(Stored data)
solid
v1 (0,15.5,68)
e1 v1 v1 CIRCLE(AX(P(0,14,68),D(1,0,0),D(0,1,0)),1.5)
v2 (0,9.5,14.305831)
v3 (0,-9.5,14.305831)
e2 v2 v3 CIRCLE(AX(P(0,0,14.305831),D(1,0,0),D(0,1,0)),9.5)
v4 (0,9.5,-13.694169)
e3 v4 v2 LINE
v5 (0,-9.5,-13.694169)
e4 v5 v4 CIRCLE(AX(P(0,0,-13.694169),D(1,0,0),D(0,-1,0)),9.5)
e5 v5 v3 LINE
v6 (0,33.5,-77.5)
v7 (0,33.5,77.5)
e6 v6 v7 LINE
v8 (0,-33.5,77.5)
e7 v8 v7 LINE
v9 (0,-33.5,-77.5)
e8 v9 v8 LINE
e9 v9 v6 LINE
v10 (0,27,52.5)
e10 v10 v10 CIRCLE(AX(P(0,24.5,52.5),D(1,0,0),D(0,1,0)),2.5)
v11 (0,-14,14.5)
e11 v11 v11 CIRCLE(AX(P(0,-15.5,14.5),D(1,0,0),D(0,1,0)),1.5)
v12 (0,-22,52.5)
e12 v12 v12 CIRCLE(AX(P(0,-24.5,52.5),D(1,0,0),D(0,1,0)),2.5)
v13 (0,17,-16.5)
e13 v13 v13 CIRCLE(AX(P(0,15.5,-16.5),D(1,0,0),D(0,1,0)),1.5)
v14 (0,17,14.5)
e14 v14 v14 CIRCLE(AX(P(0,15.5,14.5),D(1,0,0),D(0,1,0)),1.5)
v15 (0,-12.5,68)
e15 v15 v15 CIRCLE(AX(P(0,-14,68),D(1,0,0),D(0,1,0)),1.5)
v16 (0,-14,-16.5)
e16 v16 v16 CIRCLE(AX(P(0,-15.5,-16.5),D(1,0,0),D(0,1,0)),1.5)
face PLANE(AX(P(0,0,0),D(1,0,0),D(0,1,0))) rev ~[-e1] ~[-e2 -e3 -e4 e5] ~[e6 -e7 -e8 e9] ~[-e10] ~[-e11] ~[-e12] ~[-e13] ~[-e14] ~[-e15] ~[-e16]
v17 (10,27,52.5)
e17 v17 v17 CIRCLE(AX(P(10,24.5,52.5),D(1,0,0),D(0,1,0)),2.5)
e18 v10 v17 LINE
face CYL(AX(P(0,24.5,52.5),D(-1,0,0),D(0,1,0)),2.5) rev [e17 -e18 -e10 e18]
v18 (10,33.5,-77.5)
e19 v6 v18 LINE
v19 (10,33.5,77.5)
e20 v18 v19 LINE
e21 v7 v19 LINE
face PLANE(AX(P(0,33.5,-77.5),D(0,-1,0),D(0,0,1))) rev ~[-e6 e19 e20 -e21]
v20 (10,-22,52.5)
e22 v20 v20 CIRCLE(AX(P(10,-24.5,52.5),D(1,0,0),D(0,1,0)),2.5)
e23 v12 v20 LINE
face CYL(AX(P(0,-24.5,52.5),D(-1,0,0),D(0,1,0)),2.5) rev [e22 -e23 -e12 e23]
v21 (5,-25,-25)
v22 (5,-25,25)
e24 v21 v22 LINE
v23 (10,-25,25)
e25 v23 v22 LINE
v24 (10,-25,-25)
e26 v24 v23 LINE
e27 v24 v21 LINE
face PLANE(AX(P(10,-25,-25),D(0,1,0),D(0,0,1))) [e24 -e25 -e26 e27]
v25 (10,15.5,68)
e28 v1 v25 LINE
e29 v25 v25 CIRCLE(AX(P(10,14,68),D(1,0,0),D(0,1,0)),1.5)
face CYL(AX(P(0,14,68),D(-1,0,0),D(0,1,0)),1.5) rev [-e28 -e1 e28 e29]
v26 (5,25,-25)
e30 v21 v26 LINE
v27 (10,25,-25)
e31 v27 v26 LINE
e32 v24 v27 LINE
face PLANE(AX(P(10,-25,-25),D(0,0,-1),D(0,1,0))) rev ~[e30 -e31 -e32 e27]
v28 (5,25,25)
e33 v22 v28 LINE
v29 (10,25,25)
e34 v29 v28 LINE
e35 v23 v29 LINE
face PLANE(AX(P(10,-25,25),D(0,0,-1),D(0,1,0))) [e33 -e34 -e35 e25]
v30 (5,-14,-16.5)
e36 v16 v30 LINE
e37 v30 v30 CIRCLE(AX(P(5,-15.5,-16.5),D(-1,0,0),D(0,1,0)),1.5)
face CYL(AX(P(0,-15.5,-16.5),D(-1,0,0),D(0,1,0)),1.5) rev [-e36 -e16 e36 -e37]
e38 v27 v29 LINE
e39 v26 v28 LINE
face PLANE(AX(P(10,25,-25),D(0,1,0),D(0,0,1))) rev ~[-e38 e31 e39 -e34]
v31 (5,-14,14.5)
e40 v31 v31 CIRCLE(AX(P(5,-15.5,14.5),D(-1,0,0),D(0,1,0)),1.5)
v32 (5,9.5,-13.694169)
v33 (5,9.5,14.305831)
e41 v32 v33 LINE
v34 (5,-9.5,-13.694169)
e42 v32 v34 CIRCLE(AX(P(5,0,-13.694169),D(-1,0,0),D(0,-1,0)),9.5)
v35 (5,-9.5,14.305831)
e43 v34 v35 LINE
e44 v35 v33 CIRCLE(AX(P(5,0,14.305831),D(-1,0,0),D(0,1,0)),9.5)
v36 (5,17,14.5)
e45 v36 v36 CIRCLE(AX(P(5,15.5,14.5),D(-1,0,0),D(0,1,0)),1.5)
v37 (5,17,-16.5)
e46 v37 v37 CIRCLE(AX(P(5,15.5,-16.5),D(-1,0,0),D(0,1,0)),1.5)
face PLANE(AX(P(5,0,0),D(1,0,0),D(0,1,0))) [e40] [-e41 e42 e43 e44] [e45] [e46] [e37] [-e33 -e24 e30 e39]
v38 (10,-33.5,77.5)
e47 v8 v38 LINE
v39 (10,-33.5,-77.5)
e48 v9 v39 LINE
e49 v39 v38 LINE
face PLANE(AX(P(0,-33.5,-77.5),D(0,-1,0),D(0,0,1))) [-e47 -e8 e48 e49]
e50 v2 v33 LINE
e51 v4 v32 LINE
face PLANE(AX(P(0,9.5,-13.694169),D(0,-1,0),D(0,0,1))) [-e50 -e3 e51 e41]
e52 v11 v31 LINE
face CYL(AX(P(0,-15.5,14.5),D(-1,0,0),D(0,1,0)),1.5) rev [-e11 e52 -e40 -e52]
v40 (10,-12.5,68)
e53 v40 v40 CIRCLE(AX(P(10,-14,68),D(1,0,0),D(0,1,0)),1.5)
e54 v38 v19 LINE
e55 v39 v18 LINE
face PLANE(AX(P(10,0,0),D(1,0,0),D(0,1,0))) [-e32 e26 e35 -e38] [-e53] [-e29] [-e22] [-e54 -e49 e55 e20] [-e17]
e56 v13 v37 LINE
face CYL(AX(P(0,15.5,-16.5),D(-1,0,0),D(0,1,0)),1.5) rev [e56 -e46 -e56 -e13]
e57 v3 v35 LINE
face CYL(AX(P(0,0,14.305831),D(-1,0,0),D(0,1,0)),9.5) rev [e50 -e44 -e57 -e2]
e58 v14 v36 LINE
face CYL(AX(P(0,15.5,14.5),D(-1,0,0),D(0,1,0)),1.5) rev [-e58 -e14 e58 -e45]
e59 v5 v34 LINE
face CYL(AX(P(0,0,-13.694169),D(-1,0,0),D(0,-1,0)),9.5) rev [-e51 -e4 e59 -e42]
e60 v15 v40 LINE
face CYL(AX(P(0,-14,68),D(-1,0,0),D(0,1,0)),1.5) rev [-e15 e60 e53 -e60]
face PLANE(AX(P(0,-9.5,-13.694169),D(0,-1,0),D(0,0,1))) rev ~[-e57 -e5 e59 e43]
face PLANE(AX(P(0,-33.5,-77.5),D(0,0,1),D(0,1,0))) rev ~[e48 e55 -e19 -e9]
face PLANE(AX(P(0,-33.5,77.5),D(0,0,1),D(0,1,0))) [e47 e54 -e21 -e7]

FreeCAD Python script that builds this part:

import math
import FreeCAD as App
import Part
import Sketcher
from FreeCAD import Vector


def add_polygon(sketch, points):
    """Adds a closed chain of lines whose ends are joined by coincident constraints."""
    first, n = sketch.GeometryCount, len(points)
    for a, b in zip(points, points[1:] + points[:1]):
        sketch.addGeometry(Part.LineSegment(App.Vector(*a, 0), App.Vector(*b, 0)), False)
    for i in range(n):
        sketch.addConstraint(Sketcher.Constraint("Coincident", first + i, 2, first + (i + 1) % n, 1))

doc = App.newDocument("Part")
body = doc.addObject("PartDesign::Body", "Body")

sketch1 = body.newObject("Sketcher::SketchObject", "Sketch")
sketch1.AttachmentSupport = (doc.getObject("YZ_Plane"), [""])
sketch1.MapMode = "FlatFace"
add_polygon(sketch1, [(-33.5, 77.5), (-33.5, -77.5), (33.5, -77.5), (33.5, 77.5)])
sketch1.addGeometry(Part.Circle(Vector(-15.5, -16.5, 0), Vector(0, 0, 1), 1.5), False)
sketch1.addGeometry(Part.Circle(Vector(-15.5, 14.5, 0), Vector(0, 0, 1), 1.5), False)
sketch1.addGeometry(Part.Circle(Vector(15.5, -16.5, 0), Vector(0, 0, 1), 1.5), False)
sketch1.addGeometry(Part.ArcOfCircle(Part.Circle(Vector(0, -13.7, 0), Vector(0, 0, 1), 9.5), math.radians(180), math.radians(360)), False)
sketch1.addGeometry(Part.LineSegment(Vector(-9.5, -13.7, 0), Vector(-9.5, 14.3, 0)), False)
sketch1.addGeometry(Part.ArcOfCircle(Part.Circle(Vector(0, 14.3, 0), Vector(0, 0, 1), 9.5), math.radians(0), math.radians(180)), False)
sketch1.addGeometry(Part.LineSegment(Vector(9.5, 14.3, 0), Vector(9.5, -13.7, 0)), False)
sketch1.addGeometry(Part.Circle(Vector(15.5, 14.5, 0), Vector(0, 0, 1), 1.5), False)
sketch1.addGeometry(Part.Circle(Vector(-24.5, 52.5, 0), Vector(0, 0, 1), 2.5), False)
sketch1.addGeometry(Part.Circle(Vector(-14, 68, 0), Vector(0, 0, 1), 1.5), False)
sketch1.addGeometry(Part.Circle(Vector(24.5, 52.5, 0), Vector(0, 0, 1), 2.5), False)
sketch1.addGeometry(Part.Circle(Vector(14, 68, 0), Vector(0, 0, 1), 1.5), False)
sketch1.addConstraint([
    Sketcher.Constraint("Tangent", 7, 1, 8, 1),
    Sketcher.Constraint("Tangent", 8, 2, 9, 2),
    Sketcher.Constraint("Tangent", 9, 1, 10, 1),
    Sketcher.Constraint("Tangent", 10, 2, 7, 2),
    Sketcher.Constraint("Vertical", 0),
    Sketcher.Constraint("Horizontal", 1),
    Sketcher.Constraint("Vertical", 2),
    Sketcher.Constraint("Horizontal", 3),
    Sketcher.Constraint("Vertical", 8),
    Sketcher.Constraint("Vertical", 10),
    Sketcher.Constraint("Equal", 4, 5),
    Sketcher.Constraint("Equal", 5, 6),
    Sketcher.Constraint("Equal", 6, 11),
    Sketcher.Constraint("Equal", 11, 13),
    Sketcher.Constraint("Equal", 12, 14),
    Sketcher.Constraint("Equal", 13, 15),
    Sketcher.Constraint("Symmetric", 0, 2, 2, 2, -1, 1),
    Sketcher.Constraint("Symmetric", 4, 3, 6, 3, -2),
    Sketcher.Constraint("Symmetric", 5, 3, 11, 3, -2),
    Sketcher.Constraint("Symmetric", 12, 3, 14, 3, -2),
    Sketcher.Constraint("Symmetric", 13, 3, 15, 3, -2),
    Sketcher.Constraint("PointOnObject", 7, 3, -2),
    Sketcher.Constraint("Vertical", 4, 3, 5, 3),
    Sketcher.Constraint("Diameter", 4, 3.0),
    Sketcher.Constraint("Diameter", 12, 5.0),
    Sketcher.Constraint("Radius", 7, 9.5),
    Sketcher.Constraint("DistanceX", 1, 1, 1, 2, 67.0),
    Sketcher.Constraint("DistanceY", 0, 2, 0, 1, 155.0),
    Sketcher.Constraint("DistanceY", 8, 1, 8, 2, 28.0),
    Sketcher.Constraint("DistanceX", 13, 3, -1, 1, 14.0),
    Sketcher.Constraint("DistanceY", -1, 1, 13, 3, 68.0),
    Sketcher.Constraint("DistanceY", 4, 3, 5, 3, 31.0),
    Sketcher.Constraint("DistanceX", 4, 3, 6, 3, 31.0),
    Sketcher.Constraint("DistanceX", 12, 3, 5, 3, 9.0),
    Sketcher.Constraint("DistanceY", 5, 3, 12, 3, 38.0),
    Sketcher.Constraint("DistanceY", 0, 2, 4, 3, 61.0),
    Sketcher.Constraint("DistanceY", 7, 3, -1, 1, 13.694169),
])
pad1 = body.newObject("PartDesign::Pad", "Pad")
pad1.Profile = sketch1
pad1.Length = 10

sketch2 = body.newObject("Sketcher::SketchObject", "Sketch001")
sketch2.AttachmentSupport = (doc.getObject("YZ_Plane"), [""])
sketch2.MapMode = "FlatFace"
sketch2.AttachmentOffset = App.Placement(Vector(0, 0, 10), App.Rotation())
add_polygon(sketch2, [(-25, 25), (-25, -25), (25, -25), (25, 25)])
sketch2.addConstraint([
    Sketcher.Constraint("Vertical", 0),
    Sketcher.Constraint("Horizontal", 1),
    Sketcher.Constraint("Vertical", 2),
    Sketcher.Constraint("Horizontal", 3),
    Sketcher.Constraint("Symmetric", 0, 2, 2, 2, -1, 1),
    Sketcher.Constraint("Equal", 3, 0),
    Sketcher.Constraint("DistanceX", 1, 1, 1, 2, 50.0),
])
pocket1 = body.newObject("PartDesign::Pocket", "Pocket")
pocket1.Profile = sketch2
pocket1.Length = 5

doc.recompute()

**ABOUT THIS EXERCISE**. From the records above, extract exactly and only the lines that begin at the line with "e15 v15 v15" and stop after the line with "e21 v7 v19 LINE".

**EXERCISE RESPONSE**.
e15 v15 v15 CIRCLE(AX(P(0,-14,68),D(1,0,0),D(0,1,0)),1.5)
v16 (0,-14,-16.5)
e16 v16 v16 CIRCLE(AX(P(0,-15.5,-16.5),D(1,0,0),D(0,1,0)),1.5)
face PLANE(AX(P(0,0,0),D(1,0,0),D(0,1,0))) rev ~[-e1] ~[-e2 -e3 -e4 e5] ~[e6 -e7 -e8 e9] ~[-e10] ~[-e11] ~[-e12] ~[-e13] ~[-e14] ~[-e15] ~[-e16]
v17 (10,27,52.5)
e17 v17 v17 CIRCLE(AX(P(10,24.5,52.5),D(1,0,0),D(0,1,0)),2.5)
e18 v10 v17 LINE
face CYL(AX(P(0,24.5,52.5),D(-1,0,0),D(0,1,0)),2.5) rev [e17 -e18 -e10 e18]
v18 (10,33.5,-77.5)
e19 v6 v18 LINE
v19 (10,33.5,77.5)
e20 v18 v19 LINE
e21 v7 v19 LINE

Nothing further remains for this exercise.